RECORDS SHOWN ->
--------------------------------

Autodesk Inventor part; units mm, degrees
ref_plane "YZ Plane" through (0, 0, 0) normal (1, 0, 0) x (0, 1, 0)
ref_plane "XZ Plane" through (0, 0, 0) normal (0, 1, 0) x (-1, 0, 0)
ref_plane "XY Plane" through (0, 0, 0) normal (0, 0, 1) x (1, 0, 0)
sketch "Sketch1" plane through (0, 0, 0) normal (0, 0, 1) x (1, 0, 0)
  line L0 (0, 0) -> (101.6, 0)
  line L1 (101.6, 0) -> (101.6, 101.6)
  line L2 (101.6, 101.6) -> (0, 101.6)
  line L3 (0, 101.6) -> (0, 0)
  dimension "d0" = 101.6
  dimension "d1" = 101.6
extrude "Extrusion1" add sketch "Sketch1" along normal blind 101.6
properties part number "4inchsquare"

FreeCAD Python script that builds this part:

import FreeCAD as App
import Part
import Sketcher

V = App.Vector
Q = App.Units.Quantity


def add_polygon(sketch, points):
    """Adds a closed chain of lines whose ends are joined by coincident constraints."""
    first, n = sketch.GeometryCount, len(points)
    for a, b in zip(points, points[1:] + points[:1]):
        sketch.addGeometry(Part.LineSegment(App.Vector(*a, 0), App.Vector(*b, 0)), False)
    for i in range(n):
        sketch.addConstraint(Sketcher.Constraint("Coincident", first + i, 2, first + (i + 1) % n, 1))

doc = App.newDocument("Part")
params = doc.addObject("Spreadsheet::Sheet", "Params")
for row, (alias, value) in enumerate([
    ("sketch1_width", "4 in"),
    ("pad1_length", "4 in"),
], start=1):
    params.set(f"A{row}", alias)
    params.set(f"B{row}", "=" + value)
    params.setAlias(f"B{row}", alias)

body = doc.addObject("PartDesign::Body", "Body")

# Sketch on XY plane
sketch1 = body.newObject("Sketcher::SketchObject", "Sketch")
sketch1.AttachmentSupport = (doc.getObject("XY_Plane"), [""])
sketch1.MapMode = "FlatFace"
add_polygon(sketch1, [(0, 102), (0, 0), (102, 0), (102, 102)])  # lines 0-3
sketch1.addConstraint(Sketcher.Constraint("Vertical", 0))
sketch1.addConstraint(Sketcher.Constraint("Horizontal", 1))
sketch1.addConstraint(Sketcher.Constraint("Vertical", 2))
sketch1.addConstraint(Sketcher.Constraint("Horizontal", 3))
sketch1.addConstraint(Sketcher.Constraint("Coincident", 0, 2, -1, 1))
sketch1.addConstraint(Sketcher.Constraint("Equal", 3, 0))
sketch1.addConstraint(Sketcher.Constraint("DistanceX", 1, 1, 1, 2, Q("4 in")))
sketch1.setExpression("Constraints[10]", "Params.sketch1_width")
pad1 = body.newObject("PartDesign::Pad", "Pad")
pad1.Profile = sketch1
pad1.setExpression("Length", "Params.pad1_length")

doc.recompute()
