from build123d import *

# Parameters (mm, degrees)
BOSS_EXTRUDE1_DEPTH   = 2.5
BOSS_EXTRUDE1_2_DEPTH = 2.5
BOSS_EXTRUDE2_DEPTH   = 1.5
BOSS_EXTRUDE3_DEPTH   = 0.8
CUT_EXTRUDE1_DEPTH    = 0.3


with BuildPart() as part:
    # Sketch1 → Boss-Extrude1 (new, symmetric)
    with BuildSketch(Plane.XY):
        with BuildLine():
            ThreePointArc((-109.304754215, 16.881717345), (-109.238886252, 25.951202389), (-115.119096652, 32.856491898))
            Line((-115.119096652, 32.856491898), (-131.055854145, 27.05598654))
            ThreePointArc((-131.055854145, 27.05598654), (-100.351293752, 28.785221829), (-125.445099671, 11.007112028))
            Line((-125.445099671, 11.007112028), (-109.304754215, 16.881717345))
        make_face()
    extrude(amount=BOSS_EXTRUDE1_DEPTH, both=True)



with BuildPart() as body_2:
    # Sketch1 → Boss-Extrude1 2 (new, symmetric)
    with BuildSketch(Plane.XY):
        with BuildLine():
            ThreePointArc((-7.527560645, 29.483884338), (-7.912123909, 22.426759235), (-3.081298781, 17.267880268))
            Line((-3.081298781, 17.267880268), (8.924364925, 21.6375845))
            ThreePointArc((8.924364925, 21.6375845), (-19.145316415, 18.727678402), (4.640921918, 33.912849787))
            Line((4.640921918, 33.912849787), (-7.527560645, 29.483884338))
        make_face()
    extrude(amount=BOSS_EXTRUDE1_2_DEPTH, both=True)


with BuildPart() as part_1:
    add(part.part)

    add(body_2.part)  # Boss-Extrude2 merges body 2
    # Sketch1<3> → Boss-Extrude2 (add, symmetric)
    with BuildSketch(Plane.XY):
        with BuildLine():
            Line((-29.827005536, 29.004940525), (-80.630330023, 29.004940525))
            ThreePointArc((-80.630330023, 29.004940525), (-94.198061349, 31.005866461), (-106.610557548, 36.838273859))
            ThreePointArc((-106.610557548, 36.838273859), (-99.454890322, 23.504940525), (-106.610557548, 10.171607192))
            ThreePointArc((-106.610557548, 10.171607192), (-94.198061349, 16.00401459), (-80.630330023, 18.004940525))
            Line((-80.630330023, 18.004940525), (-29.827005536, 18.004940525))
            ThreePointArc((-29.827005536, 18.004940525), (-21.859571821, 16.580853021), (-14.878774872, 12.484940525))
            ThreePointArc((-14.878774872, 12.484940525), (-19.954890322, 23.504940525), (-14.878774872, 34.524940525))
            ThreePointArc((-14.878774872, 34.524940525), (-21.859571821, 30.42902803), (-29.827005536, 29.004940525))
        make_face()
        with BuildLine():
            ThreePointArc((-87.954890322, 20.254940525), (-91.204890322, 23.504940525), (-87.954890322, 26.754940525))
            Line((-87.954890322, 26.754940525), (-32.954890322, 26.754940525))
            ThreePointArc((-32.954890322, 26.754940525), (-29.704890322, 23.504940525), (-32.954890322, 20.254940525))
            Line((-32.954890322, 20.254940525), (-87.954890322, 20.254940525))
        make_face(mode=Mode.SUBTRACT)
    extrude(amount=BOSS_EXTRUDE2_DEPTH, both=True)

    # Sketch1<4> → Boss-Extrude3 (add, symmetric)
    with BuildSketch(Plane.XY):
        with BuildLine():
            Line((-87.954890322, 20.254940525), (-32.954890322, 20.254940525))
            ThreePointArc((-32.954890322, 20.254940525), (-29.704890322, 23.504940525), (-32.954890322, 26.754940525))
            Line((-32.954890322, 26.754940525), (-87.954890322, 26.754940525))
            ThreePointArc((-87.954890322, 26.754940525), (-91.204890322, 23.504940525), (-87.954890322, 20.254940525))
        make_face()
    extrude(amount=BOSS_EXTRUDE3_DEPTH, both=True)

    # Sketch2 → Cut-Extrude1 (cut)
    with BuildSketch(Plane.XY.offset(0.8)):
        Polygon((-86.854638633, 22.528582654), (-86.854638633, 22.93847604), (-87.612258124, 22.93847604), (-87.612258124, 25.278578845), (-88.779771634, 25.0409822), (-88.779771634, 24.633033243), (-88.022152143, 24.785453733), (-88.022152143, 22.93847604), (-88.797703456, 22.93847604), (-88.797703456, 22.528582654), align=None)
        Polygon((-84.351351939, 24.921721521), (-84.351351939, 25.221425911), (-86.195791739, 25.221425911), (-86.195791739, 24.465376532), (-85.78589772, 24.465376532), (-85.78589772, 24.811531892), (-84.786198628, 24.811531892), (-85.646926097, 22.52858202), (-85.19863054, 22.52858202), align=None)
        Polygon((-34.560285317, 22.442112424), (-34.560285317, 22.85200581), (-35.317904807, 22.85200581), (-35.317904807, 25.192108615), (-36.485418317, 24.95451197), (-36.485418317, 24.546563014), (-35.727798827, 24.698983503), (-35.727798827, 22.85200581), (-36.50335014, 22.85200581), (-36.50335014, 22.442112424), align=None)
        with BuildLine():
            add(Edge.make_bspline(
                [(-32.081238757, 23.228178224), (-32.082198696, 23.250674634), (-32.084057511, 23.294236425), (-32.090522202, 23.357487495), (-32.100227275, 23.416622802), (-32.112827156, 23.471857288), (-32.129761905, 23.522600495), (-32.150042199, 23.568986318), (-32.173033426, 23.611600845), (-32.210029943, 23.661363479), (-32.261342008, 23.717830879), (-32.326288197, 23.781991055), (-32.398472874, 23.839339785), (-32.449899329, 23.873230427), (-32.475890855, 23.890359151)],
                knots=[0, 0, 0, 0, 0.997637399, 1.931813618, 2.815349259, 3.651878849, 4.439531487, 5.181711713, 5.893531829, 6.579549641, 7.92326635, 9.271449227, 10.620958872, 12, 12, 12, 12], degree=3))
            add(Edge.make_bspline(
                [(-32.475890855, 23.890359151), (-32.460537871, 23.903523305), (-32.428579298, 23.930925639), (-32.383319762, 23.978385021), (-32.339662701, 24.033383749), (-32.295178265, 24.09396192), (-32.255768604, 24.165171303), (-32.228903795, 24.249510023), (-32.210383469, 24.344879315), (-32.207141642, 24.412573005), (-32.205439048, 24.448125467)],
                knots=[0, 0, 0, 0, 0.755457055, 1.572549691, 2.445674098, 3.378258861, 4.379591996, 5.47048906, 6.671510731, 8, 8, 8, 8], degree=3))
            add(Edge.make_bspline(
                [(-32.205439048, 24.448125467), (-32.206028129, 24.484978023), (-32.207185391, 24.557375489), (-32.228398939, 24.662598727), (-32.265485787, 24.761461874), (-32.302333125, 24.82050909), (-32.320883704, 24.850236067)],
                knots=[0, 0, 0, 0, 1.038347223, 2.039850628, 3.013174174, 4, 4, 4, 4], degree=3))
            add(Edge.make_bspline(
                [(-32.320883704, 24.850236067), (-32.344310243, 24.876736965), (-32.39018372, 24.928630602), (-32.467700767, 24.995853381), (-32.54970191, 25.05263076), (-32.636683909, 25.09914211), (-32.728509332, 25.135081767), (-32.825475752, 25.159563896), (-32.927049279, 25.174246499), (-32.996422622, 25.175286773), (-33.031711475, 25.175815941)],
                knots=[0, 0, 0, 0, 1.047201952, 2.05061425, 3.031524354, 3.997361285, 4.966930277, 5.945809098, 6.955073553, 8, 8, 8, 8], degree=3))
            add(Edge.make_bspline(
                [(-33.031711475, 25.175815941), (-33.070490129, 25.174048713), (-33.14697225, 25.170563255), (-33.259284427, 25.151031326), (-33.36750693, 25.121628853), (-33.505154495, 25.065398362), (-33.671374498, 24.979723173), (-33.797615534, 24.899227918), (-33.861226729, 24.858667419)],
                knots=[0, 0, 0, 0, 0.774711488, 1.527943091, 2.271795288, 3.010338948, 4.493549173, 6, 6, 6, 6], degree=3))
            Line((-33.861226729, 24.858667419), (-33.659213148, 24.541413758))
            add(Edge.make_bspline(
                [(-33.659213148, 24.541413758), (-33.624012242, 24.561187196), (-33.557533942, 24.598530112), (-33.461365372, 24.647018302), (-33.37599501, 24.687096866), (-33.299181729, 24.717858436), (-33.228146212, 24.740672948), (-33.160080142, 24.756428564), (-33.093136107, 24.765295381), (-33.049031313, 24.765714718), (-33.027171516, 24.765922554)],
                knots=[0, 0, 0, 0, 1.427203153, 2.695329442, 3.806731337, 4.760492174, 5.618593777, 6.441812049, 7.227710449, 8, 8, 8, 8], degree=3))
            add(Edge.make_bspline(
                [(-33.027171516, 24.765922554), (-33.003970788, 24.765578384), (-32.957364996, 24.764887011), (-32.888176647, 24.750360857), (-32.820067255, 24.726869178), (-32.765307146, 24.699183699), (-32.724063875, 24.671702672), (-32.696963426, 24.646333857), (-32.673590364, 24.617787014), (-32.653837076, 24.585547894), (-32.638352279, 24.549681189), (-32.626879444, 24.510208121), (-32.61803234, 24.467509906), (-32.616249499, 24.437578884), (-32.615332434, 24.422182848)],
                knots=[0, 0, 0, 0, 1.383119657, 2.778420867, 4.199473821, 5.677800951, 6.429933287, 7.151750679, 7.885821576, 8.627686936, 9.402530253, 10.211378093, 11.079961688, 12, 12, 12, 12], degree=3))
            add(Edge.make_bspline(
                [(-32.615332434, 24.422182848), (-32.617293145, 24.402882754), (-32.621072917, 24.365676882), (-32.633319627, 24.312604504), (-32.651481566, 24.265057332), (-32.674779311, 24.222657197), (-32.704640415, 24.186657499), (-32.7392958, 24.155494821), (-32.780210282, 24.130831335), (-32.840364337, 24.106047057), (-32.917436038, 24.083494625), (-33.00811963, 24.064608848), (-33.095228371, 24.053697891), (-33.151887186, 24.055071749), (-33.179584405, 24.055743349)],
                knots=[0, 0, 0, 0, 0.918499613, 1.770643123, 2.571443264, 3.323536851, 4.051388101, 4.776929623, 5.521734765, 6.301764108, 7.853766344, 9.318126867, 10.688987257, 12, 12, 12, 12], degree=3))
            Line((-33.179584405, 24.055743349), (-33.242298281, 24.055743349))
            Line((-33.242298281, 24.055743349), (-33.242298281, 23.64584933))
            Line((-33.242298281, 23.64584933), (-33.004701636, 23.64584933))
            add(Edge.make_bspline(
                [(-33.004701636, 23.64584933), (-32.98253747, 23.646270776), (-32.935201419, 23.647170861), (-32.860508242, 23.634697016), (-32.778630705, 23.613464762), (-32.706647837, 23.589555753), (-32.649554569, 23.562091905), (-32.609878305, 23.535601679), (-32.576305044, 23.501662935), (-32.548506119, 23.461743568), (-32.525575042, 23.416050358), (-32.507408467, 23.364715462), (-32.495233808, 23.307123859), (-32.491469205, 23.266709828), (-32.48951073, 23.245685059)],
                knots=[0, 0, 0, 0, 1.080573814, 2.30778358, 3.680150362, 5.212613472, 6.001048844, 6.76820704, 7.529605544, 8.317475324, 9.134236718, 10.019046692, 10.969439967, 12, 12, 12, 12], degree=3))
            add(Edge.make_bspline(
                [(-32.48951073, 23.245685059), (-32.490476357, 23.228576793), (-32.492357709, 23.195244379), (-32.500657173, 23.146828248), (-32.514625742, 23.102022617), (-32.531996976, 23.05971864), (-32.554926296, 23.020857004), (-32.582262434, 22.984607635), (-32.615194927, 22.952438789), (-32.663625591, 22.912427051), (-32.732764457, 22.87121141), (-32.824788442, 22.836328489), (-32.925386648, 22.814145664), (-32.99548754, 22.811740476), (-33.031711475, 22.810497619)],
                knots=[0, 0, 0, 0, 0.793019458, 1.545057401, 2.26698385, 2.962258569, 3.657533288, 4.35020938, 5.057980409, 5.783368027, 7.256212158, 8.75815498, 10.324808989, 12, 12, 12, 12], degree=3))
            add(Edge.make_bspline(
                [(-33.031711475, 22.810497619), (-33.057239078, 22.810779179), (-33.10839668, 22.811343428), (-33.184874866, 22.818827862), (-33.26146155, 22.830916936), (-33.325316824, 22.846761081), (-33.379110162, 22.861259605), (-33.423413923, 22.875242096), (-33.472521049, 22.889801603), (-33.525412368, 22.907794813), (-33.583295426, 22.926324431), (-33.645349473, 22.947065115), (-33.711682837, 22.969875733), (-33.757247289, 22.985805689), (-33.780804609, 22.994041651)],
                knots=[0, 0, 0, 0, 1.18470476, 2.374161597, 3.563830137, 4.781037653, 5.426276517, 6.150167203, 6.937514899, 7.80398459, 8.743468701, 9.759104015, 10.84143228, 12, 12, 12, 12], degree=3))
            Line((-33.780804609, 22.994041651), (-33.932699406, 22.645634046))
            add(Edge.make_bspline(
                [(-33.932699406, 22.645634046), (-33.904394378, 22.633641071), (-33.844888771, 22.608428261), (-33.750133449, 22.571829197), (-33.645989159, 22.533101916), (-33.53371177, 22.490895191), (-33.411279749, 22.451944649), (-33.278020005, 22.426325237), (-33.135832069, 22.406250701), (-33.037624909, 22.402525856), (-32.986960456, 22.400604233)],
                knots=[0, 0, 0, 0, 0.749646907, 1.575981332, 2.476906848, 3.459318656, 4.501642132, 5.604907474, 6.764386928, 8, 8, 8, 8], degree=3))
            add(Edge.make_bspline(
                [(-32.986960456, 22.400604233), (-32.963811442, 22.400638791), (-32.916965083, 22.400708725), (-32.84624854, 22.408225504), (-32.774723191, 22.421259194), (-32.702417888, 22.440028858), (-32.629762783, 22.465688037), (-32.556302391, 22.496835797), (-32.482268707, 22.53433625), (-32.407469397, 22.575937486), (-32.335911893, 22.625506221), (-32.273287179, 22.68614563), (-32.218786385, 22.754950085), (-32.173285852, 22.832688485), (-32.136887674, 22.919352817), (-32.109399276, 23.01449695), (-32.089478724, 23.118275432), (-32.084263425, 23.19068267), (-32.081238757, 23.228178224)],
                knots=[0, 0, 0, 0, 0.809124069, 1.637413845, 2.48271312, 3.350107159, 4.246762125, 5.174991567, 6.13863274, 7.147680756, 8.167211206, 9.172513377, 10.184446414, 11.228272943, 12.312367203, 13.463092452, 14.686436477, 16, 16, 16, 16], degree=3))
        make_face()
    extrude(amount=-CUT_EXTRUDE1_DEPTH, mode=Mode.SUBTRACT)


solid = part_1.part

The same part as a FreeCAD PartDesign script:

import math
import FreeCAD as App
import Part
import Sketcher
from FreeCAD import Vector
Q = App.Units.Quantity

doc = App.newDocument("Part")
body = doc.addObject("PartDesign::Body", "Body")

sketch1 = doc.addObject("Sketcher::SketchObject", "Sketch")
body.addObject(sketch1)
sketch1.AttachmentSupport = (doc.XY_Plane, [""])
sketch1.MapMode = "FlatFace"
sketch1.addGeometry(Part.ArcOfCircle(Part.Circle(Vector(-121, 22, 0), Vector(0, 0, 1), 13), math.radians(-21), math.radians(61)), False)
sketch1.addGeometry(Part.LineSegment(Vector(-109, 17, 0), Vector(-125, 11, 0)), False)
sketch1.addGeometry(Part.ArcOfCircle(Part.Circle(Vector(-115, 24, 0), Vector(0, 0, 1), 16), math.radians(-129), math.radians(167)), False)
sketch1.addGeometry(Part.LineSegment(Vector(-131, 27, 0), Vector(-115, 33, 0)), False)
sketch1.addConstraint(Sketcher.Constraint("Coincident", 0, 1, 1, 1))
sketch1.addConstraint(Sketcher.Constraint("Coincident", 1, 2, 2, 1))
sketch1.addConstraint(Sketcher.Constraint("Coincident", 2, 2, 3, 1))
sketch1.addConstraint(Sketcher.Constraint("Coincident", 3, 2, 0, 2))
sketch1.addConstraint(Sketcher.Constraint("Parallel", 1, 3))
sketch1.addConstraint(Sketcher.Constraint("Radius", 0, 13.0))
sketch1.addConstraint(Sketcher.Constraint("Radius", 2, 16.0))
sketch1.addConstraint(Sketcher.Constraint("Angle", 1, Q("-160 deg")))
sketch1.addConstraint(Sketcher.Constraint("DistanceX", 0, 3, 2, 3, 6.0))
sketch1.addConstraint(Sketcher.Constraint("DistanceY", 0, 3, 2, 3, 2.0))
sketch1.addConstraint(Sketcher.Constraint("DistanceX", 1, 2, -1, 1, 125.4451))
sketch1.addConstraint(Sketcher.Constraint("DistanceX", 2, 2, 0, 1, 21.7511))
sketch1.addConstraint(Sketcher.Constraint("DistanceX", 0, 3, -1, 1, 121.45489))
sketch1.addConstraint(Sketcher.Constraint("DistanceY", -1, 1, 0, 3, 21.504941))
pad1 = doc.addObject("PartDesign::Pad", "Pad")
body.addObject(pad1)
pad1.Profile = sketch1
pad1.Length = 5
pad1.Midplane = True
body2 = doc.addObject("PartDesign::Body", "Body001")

--------------------------------

EXERCISE PROMPT ->
All lines above from the one with "23.504940525), (-87.954890322, 20.254940525))" to the one with "(-85.19863054, 22.52858202), align=None)", inclusive, should be copied exactly, and no other lines.

SOLVED PROBLEM ->
            ThreePointArc((-87.954890322, 26.754940525), (-91.204890322, 23.504940525), (-87.954890322, 20.254940525))
        make_face()
    extrude(amount=BOSS_EXTRUDE3_DEPTH, both=True)

    # Sketch2 → Cut-Extrude1 (cut)
    with BuildSketch(Plane.XY.offset(0.8)):
        Polygon((-86.854638633, 22.528582654), (-86.854638633, 22.93847604), (-87.612258124, 22.93847604), (-87.612258124, 25.278578845), (-88.779771634, 25.0409822), (-88.779771634, 24.633033243), (-88.022152143, 24.785453733), (-88.022152143, 22.93847604), (-88.797703456, 22.93847604), (-88.797703456, 22.528582654), align=None)
        Polygon((-84.351351939, 24.921721521), (-84.351351939, 25.221425911), (-86.195791739, 25.221425911), (-86.195791739, 24.465376532), (-85.78589772, 24.465376532), (-85.78589772, 24.811531892), (-84.786198628, 24.811531892), (-85.646926097, 22.52858202), (-85.19863054, 22.52858202), align=None)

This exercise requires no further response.